#### Your goal:
Below are the records; copy exactly the stretch from the line containing "f 52 129 130" through the line containing "f 124 145 146", both ends included, and nothing else.
----------------------------------------
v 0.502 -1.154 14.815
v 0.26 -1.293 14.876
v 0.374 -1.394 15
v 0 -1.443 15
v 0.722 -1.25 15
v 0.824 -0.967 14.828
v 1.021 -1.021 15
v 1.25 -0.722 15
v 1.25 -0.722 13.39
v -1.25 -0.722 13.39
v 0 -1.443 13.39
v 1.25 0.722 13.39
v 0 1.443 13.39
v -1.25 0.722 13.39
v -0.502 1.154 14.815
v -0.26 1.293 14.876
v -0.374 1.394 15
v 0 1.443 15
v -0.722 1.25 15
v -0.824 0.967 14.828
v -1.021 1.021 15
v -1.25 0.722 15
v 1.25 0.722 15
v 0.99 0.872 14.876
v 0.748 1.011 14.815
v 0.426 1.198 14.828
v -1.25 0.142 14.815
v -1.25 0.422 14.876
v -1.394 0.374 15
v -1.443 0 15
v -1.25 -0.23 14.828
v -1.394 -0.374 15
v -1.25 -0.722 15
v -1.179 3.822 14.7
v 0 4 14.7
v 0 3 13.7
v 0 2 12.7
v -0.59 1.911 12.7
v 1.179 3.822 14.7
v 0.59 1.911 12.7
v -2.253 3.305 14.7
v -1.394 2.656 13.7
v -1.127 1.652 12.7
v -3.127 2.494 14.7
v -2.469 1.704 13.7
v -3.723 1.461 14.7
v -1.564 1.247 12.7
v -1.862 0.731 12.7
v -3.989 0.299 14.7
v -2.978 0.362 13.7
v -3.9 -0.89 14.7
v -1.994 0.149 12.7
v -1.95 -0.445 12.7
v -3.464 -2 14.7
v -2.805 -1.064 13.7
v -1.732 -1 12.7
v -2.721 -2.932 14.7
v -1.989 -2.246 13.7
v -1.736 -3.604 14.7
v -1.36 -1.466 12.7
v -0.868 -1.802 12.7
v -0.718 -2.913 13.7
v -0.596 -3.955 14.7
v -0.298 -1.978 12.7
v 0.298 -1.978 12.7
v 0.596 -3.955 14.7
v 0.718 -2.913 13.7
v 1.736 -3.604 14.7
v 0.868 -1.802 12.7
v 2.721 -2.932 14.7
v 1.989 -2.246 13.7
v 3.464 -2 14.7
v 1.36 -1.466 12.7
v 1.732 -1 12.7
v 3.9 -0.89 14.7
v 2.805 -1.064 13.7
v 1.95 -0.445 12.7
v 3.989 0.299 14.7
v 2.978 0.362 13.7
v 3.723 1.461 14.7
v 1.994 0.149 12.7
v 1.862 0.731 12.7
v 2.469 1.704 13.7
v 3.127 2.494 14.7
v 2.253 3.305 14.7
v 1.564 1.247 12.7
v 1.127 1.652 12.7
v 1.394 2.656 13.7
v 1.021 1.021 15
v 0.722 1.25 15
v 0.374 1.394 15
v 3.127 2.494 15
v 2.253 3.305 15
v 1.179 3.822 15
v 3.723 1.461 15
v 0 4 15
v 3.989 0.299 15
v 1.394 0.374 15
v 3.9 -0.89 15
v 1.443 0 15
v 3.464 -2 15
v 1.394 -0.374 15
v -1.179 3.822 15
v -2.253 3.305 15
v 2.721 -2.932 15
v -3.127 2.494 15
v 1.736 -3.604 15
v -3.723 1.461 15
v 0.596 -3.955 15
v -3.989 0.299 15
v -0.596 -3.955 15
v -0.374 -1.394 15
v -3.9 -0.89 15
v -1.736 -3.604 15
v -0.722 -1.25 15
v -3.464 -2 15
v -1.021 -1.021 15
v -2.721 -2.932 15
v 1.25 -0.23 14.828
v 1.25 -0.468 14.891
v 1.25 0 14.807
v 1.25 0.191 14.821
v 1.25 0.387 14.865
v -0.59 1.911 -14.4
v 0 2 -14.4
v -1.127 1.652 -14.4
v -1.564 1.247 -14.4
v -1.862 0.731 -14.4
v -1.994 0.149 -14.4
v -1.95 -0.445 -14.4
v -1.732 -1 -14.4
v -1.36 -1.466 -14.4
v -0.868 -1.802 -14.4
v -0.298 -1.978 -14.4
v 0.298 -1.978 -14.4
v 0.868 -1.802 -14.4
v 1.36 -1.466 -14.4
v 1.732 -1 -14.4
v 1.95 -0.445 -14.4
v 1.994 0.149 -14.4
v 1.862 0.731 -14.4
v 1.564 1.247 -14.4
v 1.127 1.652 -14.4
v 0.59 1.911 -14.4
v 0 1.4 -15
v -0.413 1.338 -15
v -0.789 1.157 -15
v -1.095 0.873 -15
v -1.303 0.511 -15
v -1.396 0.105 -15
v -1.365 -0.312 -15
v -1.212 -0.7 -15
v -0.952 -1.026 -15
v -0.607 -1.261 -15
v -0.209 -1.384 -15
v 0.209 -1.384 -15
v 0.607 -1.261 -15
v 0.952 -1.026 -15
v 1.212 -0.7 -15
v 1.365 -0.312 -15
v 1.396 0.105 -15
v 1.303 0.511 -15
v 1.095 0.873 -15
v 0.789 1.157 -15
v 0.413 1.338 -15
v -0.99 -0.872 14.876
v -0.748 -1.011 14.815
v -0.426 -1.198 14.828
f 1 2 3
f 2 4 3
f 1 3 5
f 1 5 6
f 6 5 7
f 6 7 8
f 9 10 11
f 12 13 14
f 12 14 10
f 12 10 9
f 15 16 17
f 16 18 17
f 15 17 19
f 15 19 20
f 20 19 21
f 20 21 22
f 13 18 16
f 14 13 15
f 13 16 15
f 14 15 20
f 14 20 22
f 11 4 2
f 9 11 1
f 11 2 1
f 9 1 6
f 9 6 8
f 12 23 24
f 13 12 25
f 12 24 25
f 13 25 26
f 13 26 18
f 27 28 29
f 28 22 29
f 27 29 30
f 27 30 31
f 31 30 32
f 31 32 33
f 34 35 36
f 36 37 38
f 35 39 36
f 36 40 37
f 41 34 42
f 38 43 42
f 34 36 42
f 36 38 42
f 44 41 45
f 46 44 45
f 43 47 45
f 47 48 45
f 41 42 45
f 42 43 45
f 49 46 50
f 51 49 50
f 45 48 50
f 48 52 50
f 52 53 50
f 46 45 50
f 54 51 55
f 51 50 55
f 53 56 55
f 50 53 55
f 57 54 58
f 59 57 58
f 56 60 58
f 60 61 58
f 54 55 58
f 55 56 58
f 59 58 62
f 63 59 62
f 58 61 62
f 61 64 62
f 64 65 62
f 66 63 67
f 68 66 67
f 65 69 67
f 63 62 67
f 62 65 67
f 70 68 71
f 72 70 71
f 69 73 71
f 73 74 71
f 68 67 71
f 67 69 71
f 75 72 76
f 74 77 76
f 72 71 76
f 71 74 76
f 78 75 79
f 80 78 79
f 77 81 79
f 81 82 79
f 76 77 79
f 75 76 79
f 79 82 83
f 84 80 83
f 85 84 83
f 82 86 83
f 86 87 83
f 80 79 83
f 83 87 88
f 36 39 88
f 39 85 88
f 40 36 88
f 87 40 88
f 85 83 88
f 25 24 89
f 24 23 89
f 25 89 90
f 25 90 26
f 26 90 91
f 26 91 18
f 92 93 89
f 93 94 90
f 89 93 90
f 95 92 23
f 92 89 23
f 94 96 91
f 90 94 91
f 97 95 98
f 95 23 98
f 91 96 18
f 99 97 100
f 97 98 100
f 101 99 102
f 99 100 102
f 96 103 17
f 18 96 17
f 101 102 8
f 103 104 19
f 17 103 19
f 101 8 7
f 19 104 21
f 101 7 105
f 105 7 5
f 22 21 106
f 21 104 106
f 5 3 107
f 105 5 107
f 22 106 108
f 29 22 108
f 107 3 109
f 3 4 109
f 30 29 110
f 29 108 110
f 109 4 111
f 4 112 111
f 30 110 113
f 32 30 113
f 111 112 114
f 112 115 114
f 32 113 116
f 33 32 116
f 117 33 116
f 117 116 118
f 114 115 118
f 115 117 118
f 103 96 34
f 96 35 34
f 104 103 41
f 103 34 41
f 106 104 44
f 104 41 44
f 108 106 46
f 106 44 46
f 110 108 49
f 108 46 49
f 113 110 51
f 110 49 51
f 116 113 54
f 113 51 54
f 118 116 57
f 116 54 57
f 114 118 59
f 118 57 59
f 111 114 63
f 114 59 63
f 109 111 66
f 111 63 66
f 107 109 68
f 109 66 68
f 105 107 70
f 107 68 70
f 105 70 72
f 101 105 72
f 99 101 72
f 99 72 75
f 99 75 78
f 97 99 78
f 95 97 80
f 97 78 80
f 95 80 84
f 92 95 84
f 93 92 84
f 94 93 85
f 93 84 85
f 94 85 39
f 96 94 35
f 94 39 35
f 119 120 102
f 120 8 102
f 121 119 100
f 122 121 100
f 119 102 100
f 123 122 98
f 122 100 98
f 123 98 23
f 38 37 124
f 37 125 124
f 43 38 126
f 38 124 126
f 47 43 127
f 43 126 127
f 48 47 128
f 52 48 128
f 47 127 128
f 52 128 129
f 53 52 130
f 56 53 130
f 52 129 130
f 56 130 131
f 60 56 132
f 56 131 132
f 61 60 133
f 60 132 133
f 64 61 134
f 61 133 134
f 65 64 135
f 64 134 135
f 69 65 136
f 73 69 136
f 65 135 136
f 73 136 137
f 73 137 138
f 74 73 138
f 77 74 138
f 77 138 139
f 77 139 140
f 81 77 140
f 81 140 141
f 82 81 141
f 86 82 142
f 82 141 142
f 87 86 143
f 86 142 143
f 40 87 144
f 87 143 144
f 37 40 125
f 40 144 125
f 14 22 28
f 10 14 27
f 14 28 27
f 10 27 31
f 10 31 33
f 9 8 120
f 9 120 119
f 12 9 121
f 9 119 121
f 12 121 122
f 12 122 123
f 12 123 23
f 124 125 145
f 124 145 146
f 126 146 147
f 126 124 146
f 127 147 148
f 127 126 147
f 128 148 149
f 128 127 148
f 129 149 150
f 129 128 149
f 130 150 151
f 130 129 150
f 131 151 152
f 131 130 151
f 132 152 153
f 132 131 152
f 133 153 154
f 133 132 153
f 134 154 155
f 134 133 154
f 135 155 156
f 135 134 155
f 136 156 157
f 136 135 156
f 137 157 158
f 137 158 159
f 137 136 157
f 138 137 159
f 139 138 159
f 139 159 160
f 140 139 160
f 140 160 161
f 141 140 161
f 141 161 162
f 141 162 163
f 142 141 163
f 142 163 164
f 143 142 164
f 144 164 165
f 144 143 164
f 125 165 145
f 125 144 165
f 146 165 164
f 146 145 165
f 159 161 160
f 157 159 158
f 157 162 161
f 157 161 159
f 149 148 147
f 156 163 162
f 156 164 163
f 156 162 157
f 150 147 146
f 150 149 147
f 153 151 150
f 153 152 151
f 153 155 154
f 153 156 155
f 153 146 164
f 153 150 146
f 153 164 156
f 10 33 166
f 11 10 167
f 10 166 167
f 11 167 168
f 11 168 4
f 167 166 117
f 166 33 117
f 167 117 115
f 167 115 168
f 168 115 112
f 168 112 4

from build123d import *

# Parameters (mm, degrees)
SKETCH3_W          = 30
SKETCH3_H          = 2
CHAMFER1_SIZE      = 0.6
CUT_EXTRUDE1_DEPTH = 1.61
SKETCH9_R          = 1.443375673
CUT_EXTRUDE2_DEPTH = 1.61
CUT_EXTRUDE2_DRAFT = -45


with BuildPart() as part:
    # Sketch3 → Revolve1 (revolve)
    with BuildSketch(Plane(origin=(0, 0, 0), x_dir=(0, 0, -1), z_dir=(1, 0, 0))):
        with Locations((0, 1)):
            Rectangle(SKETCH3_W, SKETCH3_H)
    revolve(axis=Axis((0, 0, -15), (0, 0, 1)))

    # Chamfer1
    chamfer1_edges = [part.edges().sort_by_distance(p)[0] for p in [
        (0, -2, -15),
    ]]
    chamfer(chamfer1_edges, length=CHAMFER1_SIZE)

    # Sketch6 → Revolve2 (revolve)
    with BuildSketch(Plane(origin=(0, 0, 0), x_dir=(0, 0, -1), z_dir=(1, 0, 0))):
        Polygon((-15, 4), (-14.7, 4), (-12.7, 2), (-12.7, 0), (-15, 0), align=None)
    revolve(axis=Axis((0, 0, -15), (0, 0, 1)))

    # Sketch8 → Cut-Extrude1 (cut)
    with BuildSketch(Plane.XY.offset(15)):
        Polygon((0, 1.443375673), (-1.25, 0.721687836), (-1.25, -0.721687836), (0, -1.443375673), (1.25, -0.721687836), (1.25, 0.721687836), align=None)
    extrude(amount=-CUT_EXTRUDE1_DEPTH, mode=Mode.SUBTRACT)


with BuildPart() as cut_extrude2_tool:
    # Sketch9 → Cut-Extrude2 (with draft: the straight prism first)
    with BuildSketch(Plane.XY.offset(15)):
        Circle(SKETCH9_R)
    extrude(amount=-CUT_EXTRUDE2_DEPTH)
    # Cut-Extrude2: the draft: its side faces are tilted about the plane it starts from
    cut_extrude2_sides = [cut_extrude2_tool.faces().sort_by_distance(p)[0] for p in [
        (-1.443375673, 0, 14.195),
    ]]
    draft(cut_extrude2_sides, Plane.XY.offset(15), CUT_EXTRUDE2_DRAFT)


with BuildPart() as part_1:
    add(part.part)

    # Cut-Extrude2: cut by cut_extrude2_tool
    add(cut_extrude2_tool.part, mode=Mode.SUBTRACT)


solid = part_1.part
----------------------------------------
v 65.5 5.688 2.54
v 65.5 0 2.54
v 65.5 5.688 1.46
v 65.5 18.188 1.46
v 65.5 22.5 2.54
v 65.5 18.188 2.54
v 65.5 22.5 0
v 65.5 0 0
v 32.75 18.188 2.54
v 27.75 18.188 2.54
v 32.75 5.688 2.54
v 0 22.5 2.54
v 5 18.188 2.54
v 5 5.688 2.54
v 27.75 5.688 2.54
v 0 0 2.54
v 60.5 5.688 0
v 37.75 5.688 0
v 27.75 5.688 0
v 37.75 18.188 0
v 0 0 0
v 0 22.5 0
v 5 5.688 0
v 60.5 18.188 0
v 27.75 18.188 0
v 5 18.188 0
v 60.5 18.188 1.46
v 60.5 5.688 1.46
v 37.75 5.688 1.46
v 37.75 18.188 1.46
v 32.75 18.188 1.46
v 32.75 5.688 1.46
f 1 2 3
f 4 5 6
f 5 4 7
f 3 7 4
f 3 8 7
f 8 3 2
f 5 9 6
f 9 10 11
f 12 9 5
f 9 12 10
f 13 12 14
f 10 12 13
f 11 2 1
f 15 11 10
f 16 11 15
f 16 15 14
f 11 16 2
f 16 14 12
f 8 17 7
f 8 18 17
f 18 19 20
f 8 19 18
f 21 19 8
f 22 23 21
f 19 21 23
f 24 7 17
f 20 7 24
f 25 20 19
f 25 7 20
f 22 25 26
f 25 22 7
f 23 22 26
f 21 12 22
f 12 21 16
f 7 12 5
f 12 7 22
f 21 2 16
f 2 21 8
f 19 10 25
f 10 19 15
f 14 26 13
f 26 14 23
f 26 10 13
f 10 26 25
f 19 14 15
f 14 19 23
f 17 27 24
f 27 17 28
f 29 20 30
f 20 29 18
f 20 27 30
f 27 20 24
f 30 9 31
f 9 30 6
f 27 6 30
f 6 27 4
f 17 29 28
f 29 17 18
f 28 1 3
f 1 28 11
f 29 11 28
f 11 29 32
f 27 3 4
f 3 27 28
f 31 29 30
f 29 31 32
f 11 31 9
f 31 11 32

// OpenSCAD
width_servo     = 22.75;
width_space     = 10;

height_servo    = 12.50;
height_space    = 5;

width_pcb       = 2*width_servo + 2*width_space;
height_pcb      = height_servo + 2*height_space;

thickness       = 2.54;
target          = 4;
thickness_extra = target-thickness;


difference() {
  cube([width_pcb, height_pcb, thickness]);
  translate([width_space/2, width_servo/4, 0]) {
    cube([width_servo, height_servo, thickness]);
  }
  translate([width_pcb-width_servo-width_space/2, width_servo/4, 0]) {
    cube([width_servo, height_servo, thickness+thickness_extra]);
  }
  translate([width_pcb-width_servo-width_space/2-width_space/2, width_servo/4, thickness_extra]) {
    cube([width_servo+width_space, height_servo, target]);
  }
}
----------------------------------------
#### Answer space:
f 52 129 130
f 56 130 131
f 60 56 132
f 56 131 132
f 61 60 133
f 60 132 133
f 64 61 134
f 61 133 134
f 65 64 135
f 64 134 135
f 69 65 136
f 73 69 136
f 65 135 136
f 73 136 137
f 73 137 138
f 74 73 138
f 77 74 138
f 77 138 139
f 77 139 140
f 81 77 140
f 81 140 141
f 82 81 141
f 86 82 142
f 82 141 142
f 87 86 143
f 86 142 143
f 40 87 144
f 87 143 144
f 37 40 125
f 40 144 125
f 14 22 28
f 10 14 27
f 14 28 27
f 10 27 31
f 10 31 33
f 9 8 120
f 9 120 119
f 12 9 121
f 9 119 121
f 12 121 122
f 12 122 123
f 12 123 23
f 124 125 145
f 124 145 146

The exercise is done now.